** SUPPLIED ENTRIES follows **

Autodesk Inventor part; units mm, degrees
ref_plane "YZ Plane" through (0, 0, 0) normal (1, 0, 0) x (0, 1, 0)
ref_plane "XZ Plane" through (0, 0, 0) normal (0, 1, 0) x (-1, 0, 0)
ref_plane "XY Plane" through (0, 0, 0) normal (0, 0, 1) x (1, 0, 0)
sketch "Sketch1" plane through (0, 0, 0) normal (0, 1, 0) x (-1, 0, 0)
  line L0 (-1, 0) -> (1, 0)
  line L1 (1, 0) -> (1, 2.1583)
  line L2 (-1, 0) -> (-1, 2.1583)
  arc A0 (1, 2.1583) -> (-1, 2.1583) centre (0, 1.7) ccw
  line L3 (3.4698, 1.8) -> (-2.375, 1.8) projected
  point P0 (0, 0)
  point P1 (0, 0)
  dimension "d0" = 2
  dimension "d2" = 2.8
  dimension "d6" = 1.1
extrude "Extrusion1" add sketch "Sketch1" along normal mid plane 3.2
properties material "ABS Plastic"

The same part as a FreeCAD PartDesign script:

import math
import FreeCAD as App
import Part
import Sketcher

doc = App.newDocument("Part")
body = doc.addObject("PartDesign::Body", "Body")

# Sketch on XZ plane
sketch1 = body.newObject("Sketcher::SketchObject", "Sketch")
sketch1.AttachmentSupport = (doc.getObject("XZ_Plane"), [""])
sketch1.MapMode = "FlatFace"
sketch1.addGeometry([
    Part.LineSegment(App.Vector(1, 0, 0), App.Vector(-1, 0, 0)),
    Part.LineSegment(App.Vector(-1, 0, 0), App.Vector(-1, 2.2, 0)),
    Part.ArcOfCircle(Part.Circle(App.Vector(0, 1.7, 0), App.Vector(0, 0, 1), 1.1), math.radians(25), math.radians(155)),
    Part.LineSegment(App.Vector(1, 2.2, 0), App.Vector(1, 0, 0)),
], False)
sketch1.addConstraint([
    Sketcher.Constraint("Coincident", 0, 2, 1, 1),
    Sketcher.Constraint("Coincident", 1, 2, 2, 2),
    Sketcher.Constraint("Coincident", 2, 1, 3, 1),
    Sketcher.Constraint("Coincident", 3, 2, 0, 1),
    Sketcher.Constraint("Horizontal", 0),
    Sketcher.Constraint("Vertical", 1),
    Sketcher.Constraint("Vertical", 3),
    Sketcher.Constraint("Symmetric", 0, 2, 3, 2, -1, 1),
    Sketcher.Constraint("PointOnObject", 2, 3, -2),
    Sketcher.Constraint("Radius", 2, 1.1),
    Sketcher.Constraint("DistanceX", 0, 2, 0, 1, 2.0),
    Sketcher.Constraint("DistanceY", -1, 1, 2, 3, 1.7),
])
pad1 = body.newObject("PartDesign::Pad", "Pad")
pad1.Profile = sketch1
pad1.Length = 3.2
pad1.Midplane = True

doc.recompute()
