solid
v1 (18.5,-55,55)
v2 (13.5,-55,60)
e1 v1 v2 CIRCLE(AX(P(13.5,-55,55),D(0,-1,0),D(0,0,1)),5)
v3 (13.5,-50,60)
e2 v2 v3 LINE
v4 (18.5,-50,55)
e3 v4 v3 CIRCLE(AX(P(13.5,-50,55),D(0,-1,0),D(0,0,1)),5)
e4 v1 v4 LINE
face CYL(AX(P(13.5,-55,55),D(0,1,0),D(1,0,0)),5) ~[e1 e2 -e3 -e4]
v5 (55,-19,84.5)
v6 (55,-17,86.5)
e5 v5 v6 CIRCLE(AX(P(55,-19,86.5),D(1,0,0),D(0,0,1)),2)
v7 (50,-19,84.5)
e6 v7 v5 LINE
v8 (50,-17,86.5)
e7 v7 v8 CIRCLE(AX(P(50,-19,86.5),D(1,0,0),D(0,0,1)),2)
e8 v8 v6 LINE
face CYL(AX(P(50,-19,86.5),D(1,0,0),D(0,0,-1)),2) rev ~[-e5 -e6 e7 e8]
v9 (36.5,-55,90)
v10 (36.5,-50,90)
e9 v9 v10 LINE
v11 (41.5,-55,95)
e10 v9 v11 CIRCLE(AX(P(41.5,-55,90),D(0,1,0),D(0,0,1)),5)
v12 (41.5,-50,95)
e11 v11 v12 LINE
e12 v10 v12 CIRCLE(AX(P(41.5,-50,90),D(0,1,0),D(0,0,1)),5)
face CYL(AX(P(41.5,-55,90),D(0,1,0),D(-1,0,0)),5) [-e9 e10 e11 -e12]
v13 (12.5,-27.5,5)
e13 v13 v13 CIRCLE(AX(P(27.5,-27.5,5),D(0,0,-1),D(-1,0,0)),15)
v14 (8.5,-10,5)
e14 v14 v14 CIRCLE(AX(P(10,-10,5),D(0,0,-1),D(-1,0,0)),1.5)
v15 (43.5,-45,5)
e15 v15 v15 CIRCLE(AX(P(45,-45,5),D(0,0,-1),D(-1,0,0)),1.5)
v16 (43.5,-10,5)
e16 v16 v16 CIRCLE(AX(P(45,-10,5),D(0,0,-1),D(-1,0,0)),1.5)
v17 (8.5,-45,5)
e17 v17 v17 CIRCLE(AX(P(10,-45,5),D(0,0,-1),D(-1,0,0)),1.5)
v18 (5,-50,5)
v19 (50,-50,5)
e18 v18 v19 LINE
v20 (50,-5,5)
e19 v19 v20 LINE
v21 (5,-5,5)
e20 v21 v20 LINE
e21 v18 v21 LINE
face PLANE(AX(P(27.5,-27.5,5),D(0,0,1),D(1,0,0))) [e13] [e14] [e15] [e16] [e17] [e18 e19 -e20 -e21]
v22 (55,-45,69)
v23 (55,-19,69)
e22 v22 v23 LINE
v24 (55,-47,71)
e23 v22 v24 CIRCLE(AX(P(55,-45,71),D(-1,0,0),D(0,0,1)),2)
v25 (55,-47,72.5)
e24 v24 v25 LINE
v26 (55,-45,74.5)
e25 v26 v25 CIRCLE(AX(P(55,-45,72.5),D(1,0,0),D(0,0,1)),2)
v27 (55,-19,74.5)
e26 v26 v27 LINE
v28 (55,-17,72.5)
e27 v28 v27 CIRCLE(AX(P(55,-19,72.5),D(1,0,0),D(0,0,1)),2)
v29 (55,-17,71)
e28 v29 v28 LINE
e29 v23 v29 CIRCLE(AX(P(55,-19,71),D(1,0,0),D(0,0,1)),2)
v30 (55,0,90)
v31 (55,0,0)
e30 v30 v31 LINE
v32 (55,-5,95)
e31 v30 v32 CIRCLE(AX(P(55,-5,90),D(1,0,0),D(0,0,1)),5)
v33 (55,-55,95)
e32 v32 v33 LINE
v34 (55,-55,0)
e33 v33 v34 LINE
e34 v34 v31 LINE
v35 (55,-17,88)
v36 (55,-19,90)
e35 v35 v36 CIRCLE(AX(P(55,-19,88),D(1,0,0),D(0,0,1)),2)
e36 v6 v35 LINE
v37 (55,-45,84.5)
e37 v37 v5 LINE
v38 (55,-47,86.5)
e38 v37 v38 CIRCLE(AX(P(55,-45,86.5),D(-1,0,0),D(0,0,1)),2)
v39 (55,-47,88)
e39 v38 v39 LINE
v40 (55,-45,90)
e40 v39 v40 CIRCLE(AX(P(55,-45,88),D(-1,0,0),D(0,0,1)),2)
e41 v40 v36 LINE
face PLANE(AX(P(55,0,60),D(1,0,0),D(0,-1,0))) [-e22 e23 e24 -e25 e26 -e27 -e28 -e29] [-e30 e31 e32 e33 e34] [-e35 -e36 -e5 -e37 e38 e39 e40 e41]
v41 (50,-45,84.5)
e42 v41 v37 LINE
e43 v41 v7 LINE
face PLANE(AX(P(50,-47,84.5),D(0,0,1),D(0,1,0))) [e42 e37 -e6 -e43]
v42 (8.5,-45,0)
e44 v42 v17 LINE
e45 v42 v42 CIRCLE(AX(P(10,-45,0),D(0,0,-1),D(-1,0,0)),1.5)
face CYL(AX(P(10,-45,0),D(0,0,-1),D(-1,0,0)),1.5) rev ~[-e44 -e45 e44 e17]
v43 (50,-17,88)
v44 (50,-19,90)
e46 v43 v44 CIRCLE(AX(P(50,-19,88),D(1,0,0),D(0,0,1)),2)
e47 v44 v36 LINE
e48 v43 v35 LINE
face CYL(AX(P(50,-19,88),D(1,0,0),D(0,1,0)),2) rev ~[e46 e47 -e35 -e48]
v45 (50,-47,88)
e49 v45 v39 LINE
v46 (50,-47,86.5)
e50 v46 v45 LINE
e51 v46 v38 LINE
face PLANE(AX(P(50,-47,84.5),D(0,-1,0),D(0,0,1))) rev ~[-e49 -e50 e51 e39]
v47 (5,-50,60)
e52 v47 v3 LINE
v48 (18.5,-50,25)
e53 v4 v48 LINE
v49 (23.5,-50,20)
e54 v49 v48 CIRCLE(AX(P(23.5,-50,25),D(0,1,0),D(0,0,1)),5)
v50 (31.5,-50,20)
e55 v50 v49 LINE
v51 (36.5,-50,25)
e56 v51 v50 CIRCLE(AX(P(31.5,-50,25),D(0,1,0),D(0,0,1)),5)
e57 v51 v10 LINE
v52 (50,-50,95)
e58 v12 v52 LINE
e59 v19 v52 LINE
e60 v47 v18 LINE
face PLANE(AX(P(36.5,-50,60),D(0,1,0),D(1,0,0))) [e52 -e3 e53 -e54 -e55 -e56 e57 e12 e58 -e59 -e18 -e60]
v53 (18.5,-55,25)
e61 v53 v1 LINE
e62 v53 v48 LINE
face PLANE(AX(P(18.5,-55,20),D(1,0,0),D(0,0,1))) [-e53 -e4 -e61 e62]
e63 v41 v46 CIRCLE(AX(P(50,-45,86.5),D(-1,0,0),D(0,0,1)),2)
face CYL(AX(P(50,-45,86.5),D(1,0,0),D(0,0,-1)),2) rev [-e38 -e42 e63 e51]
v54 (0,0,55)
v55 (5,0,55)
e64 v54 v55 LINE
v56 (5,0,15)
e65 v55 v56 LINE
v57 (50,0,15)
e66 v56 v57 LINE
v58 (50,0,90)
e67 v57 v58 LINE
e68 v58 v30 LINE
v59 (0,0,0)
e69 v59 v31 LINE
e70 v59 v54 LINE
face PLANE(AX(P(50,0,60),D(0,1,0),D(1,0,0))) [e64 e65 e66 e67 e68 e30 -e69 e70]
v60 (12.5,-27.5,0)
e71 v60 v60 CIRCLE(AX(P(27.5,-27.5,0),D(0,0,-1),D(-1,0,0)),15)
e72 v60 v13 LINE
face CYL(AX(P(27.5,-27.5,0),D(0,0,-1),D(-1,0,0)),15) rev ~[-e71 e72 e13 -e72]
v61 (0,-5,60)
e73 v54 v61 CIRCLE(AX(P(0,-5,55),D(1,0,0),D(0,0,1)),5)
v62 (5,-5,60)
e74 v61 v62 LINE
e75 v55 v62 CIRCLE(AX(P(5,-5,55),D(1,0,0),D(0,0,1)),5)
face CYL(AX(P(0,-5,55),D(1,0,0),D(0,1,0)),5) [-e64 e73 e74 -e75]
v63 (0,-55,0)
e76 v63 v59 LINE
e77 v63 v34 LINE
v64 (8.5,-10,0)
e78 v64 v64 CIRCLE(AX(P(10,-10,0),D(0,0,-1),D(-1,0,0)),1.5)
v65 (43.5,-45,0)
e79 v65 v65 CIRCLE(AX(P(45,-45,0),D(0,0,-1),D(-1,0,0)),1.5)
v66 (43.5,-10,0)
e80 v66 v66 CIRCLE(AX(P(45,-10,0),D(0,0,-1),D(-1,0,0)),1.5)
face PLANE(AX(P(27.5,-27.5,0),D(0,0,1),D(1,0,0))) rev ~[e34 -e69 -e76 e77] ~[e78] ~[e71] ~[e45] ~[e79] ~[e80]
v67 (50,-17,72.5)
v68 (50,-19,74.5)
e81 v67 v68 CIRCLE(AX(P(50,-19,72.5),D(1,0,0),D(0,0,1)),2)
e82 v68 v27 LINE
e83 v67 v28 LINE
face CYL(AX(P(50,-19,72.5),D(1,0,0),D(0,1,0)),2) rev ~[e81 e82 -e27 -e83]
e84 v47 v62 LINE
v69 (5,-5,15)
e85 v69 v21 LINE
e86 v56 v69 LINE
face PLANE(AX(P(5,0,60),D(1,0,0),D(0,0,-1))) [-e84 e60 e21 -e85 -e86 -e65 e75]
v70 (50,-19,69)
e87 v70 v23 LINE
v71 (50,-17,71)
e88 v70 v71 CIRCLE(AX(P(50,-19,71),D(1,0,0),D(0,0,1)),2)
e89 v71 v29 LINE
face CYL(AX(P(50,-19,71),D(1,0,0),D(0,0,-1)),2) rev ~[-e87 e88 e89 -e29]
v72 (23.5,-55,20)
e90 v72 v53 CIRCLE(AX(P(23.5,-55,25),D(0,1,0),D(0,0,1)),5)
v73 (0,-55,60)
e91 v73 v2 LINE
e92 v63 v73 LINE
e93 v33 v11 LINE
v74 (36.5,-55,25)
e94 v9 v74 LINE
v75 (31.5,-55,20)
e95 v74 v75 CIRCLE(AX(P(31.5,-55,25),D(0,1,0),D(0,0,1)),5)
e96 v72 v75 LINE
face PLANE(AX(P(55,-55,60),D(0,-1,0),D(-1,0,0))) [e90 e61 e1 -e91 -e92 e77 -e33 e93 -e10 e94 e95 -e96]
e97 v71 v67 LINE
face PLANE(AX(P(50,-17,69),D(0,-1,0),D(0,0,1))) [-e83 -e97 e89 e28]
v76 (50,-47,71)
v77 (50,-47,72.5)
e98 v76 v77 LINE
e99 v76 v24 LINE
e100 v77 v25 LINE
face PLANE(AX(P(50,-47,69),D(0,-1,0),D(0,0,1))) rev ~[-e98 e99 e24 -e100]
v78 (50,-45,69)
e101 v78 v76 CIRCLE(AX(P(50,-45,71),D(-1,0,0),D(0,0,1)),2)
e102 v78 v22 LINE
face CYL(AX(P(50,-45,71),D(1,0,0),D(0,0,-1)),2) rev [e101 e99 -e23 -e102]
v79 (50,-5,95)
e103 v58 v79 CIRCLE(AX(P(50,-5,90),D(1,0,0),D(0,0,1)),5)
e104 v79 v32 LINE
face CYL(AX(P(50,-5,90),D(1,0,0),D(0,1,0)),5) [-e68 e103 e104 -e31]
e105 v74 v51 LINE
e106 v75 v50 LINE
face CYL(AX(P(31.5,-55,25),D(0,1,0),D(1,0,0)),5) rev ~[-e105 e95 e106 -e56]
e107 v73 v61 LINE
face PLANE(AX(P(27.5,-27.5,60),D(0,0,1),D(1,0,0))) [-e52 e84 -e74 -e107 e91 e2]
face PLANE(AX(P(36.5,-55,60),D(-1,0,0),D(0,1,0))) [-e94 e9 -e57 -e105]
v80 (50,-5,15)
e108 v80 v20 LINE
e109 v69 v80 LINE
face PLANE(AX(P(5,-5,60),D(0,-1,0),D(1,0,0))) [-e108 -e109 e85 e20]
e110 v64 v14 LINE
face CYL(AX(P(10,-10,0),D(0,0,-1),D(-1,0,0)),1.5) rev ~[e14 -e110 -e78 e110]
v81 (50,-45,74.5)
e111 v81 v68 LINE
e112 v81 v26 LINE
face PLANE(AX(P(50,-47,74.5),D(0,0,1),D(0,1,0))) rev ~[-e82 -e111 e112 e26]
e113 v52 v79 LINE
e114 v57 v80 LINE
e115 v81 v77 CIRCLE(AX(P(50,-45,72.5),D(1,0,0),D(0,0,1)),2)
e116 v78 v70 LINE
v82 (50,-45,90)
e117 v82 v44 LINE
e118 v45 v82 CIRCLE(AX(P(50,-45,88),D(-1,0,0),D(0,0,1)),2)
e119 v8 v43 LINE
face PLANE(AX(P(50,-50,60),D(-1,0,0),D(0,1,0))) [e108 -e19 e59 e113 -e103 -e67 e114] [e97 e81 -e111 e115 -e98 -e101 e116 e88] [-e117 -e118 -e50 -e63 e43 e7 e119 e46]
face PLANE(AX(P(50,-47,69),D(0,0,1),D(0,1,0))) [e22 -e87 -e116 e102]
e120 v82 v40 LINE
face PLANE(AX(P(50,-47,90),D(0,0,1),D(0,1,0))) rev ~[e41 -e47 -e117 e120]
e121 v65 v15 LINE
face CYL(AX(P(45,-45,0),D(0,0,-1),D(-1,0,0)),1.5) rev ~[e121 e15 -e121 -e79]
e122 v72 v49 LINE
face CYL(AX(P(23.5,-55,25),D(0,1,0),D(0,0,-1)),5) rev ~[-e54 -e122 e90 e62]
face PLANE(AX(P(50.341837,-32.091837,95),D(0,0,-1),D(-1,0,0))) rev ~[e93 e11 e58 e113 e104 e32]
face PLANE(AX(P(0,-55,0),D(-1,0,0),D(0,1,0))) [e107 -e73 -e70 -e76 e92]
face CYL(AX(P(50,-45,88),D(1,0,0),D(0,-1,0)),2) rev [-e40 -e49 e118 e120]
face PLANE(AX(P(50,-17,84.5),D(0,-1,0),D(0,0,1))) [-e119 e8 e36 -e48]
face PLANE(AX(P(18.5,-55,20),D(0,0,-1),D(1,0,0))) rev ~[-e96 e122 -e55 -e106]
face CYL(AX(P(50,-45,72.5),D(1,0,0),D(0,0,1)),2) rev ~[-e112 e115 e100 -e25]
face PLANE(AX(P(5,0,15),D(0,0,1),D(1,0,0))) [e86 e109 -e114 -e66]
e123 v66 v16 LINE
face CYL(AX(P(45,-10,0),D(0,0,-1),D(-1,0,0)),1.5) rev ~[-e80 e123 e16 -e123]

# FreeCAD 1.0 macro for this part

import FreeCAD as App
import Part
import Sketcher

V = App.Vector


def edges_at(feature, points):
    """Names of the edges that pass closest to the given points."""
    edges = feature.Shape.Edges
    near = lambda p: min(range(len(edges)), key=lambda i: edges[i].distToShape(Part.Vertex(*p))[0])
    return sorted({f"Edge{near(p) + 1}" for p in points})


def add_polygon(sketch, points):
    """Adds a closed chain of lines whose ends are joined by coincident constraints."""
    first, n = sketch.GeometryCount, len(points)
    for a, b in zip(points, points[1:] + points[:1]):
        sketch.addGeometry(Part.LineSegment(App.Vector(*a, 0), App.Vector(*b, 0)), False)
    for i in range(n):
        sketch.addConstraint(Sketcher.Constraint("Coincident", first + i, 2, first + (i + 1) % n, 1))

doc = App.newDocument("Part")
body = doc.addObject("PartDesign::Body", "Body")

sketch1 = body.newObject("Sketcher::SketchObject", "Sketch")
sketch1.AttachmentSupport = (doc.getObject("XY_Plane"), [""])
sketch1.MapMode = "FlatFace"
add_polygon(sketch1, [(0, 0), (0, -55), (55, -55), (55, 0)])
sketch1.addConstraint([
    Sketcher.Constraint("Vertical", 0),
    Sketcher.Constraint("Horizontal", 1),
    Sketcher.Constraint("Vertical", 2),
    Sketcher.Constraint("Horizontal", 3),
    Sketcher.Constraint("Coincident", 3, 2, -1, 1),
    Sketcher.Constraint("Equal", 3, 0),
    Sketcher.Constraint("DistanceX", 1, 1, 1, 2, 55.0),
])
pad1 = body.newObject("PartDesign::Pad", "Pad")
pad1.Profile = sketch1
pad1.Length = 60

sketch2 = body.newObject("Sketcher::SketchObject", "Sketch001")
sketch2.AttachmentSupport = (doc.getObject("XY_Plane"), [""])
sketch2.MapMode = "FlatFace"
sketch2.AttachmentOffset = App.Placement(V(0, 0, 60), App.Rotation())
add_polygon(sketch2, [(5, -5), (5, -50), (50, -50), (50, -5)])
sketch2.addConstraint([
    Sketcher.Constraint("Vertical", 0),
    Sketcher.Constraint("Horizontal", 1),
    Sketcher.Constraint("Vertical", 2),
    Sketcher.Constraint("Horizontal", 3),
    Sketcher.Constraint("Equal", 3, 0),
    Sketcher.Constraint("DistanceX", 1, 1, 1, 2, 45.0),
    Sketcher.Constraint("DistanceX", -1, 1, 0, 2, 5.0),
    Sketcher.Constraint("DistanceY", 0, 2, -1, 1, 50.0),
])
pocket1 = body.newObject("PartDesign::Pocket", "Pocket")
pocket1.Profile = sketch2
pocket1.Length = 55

** End of SUPPLIED ENTRIES **

## DIRECTIONS FOR THIS TASK
When you reach the line in the material above that holds "e2 v2 v3 LINE", begin reproducing lines exactly, and stop after the line that holds "v27 (55,-19,74.5)".

## EXERCISE SOLUTION
e2 v2 v3 LINE
v4 (18.5,-50,55)
e3 v4 v3 CIRCLE(AX(P(13.5,-50,55),D(0,-1,0),D(0,0,1)),5)
e4 v1 v4 LINE
face CYL(AX(P(13.5,-55,55),D(0,1,0),D(1,0,0)),5) ~[e1 e2 -e3 -e4]
v5 (55,-19,84.5)
v6 (55,-17,86.5)
e5 v5 v6 CIRCLE(AX(P(55,-19,86.5),D(1,0,0),D(0,0,1)),2)
v7 (50,-19,84.5)
e6 v7 v5 LINE
v8 (50,-17,86.5)
e7 v7 v8 CIRCLE(AX(P(50,-19,86.5),D(1,0,0),D(0,0,1)),2)
e8 v8 v6 LINE
face CYL(AX(P(50,-19,86.5),D(1,0,0),D(0,0,-1)),2) rev ~[-e5 -e6 e7 e8]
v9 (36.5,-55,90)
v10 (36.5,-50,90)
e9 v9 v10 LINE
v11 (41.5,-55,95)
e10 v9 v11 CIRCLE(AX(P(41.5,-55,90),D(0,1,0),D(0,0,1)),5)
v12 (41.5,-50,95)
e11 v11 v12 LINE
e12 v10 v12 CIRCLE(AX(P(41.5,-50,90),D(0,1,0),D(0,0,1)),5)
face CYL(AX(P(41.5,-55,90),D(0,1,0),D(-1,0,0)),5) [-e9 e10 e11 -e12]
v13 (12.5,-27.5,5)
e13 v13 v13 CIRCLE(AX(P(27.5,-27.5,5),D(0,0,-1),D(-1,0,0)),15)
v14 (8.5,-10,5)
e14 v14 v14 CIRCLE(AX(P(10,-10,5),D(0,0,-1),D(-1,0,0)),1.5)
v15 (43.5,-45,5)
e15 v15 v15 CIRCLE(AX(P(45,-45,5),D(0,0,-1),D(-1,0,0)),1.5)
v16 (43.5,-10,5)
e16 v16 v16 CIRCLE(AX(P(45,-10,5),D(0,0,-1),D(-1,0,0)),1.5)
v17 (8.5,-45,5)
e17 v17 v17 CIRCLE(AX(P(10,-45,5),D(0,0,-1),D(-1,0,0)),1.5)
v18 (5,-50,5)
v19 (50,-50,5)
e18 v18 v19 LINE
v20 (50,-5,5)
e19 v19 v20 LINE
v21 (5,-5,5)
e20 v21 v20 LINE
e21 v18 v21 LINE
face PLANE(AX(P(27.5,-27.5,5),D(0,0,1),D(1,0,0))) [e13] [e14] [e15] [e16] [e17] [e18 e19 -e20 -e21]
v22 (55,-45,69)
v23 (55,-19,69)
e22 v22 v23 LINE
v24 (55,-47,71)
e23 v22 v24 CIRCLE(AX(P(55,-45,71),D(-1,0,0),D(0,0,1)),2)
v25 (55,-47,72.5)
e24 v24 v25 LINE
v26 (55,-45,74.5)
e25 v26 v25 CIRCLE(AX(P(55,-45,72.5),D(1,0,0),D(0,0,1)),2)
v27 (55,-19,74.5)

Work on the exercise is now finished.